U.S. military researchers wearing Dick Cheney masks thought they could teach wild crows to find Osama bin Laden’s hideaway. Taxpayer money was used to pay for the research in Seattle, which ended before it could ever be put to the test, the
Neurophilosophy blog reports.
And despite the outlandish sound of the experiment, it actually was based on strong science, the blog says.
Two sets of researchers patrolled the University of Washington campus in Seattle. One group, wearing caveman masks, trapped, banded, and released crows. A second set, wearing Cheney masks, did not bother the birds.
After a while, the crows would attack the “cavemen” but leave the former vice president alone. “This happened regardless of the size, sex or walking style of the person wearing the mask, and even when the mask was partly hidden under a hat or worn upside down,” reports Neurophilosophy.
If a “Cheney” and a “caveman” were walking together, the crows went after only the latter “and scolded them aggressively.”
Chief researcher, wildlife biologist John Marzluff, said that even three years after all trapping had stopped, the crows still went after anyone in a caveman mask, which he said showed that the trapped birds somehow passed that information on to others in their flock.

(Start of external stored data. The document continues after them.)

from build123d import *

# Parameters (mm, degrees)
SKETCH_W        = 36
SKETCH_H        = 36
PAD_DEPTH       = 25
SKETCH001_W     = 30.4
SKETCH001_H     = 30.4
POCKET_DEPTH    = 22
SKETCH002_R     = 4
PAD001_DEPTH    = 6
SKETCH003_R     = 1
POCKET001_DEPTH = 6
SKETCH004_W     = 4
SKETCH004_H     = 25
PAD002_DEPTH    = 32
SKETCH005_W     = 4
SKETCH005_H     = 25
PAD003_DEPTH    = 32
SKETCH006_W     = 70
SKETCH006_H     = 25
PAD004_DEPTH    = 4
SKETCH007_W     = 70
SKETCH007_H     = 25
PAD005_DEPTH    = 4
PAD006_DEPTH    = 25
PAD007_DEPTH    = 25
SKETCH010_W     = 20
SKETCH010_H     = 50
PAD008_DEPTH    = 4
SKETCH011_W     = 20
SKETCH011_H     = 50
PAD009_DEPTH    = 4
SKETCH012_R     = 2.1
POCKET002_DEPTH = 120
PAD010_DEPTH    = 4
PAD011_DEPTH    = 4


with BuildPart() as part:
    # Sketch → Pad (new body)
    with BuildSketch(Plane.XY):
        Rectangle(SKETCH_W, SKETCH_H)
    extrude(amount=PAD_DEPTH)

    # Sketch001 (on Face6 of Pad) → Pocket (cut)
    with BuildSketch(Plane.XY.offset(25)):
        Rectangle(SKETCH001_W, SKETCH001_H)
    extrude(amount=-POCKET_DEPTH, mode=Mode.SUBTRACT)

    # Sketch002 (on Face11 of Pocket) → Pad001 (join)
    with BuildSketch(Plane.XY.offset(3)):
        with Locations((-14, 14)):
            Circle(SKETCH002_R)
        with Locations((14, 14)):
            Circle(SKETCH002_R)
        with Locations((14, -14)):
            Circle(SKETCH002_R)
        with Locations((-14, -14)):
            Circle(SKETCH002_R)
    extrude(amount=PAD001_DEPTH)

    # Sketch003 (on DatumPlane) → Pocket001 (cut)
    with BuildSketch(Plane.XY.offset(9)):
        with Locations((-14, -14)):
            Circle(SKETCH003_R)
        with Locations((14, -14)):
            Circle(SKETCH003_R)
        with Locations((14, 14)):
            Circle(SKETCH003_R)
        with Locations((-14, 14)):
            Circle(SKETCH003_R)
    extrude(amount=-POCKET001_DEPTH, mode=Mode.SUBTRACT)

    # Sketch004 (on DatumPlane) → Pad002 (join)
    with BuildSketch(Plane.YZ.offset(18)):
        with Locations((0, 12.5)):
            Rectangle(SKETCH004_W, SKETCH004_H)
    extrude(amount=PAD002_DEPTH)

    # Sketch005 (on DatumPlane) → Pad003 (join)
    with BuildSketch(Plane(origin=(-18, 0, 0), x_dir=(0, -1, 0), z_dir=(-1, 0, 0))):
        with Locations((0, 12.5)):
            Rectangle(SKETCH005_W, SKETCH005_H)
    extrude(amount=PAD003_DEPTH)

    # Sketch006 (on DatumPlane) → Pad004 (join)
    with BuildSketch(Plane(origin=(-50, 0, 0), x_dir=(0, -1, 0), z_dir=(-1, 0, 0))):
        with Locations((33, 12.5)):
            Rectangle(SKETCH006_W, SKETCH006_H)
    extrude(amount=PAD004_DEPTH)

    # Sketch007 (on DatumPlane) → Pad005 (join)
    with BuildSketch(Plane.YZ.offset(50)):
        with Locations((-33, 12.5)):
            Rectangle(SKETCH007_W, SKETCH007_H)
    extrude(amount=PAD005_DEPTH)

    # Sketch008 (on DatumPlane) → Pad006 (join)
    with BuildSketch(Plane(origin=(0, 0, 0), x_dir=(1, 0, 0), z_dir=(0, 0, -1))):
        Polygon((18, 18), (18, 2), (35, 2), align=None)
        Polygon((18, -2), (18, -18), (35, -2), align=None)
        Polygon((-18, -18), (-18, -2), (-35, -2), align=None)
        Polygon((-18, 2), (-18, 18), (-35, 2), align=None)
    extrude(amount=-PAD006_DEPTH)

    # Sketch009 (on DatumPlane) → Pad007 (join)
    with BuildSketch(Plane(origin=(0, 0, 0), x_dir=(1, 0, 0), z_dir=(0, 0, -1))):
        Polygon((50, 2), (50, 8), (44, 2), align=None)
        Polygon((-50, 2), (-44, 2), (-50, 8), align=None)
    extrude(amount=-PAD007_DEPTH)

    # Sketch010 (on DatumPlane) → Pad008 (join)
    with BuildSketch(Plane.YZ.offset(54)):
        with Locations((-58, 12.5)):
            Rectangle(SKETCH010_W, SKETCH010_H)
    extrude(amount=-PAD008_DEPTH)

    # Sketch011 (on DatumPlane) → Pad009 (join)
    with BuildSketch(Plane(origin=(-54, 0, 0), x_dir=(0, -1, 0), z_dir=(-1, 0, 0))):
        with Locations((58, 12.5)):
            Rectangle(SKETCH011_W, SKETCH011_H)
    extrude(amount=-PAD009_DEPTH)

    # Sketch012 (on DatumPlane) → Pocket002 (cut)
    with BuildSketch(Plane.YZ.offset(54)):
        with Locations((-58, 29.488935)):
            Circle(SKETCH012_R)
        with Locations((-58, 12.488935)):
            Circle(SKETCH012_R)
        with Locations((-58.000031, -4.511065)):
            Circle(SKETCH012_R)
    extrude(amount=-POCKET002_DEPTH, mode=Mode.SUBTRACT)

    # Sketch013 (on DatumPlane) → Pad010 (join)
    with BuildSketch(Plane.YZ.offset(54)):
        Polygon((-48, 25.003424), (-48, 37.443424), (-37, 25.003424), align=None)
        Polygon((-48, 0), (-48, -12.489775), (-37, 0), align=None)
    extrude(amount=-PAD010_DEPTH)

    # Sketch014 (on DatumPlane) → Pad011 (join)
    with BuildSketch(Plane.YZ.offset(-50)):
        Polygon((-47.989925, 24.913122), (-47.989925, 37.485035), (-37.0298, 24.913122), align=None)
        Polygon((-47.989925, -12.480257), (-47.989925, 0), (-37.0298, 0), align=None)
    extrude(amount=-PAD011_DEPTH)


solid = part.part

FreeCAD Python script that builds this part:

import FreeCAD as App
import Part
import Sketcher
from FreeCAD import Vector
Q = App.Units.Quantity


def add_polygon(sketch, points):
    """Adds a closed chain of lines whose ends are joined by coincident constraints."""
    first, n = sketch.GeometryCount, len(points)
    for a, b in zip(points, points[1:] + points[:1]):
        sketch.addGeometry(Part.LineSegment(App.Vector(*a, 0), App.Vector(*b, 0)), False)
    for i in range(n):
        sketch.addConstraint(Sketcher.Constraint("Coincident", first + i, 2, first + (i + 1) % n, 1))

doc = App.newDocument("Part")
body = doc.addObject("PartDesign::Body", "Body")

# Sketch on XY plane
sketch1 = body.newObject("Sketcher::SketchObject", "Sketch")
sketch1.AttachmentSupport = (doc.getObject("XY_Plane"), [""])
sketch1.MapMode = "FlatFace"
add_polygon(sketch1, [(-18, 18), (-18, -18), (18, -18), (18, 18)])  # lines 0-3
sketch1.addConstraint(Sketcher.Constraint("Vertical", 0))
sketch1.addConstraint(Sketcher.Constraint("Horizontal", 1))
sketch1.addConstraint(Sketcher.Constraint("Vertical", 2))
sketch1.addConstraint(Sketcher.Constraint("Horizontal", 3))
sketch1.addConstraint(Sketcher.Constraint("Symmetric", 0, 2, 2, 2, -1, 1))
sketch1.addConstraint(Sketcher.Constraint("Equal", 3, 0))
sketch1.addConstraint(Sketcher.Constraint("DistanceX", 1, 1, 1, 2, Q("36 mm")))
pad1 = body.newObject("PartDesign::Pad", "Pad")
pad1.Profile = sketch1
pad1.Length = 25

# Sketch on XY plane
sketch2 = body.newObject("Sketcher::SketchObject", "Sketch001")
sketch2.AttachmentSupport = (doc.getObject("XY_Plane"), [""])
sketch2.MapMode = "FlatFace"
sketch2.AttachmentOffset = App.Placement(Vector(0, 0, 25), App.Rotation())
add_polygon(sketch2, [(-15.2, 15.2), (-15.2, -15.2), (15.2, -15.2), (15.2, 15.2)])  # lines 0-3
sketch2.addConstraint(Sketcher.Constraint("Vertical", 0))
sketch2.addConstraint(Sketcher.Constraint("Horizontal", 1))
sketch2.addConstraint(Sketcher.Constraint("Vertical", 2))
sketch2.addConstraint(Sketcher.Constraint("Horizontal", 3))
sketch2.addConstraint(Sketcher.Constraint("Symmetric", 0, 2, 2, 2, -1, 1))
sketch2.addConstraint(Sketcher.Constraint("Equal", 3, 0))
sketch2.addConstraint(Sketcher.Constraint("DistanceX", 1, 1, 1, 2, Q("30.4 mm")))
pocket1 = body.newObject("PartDesign::Pocket", "Pocket")
pocket1.Profile = sketch2
pocket1.Length = 22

The crows “have a long-term memory, very acute discrimination abilities, and if a group of crows knew bin Laden as an enemy, they would certainly indicate his presence when they next saw him," Marzluff said.
"One of the experimental branches of research that was used to try to find him was to have crows or ravens of the local area trained to identify his face."
The report offers no explanation as to why Cheney was chosen as the model for masks.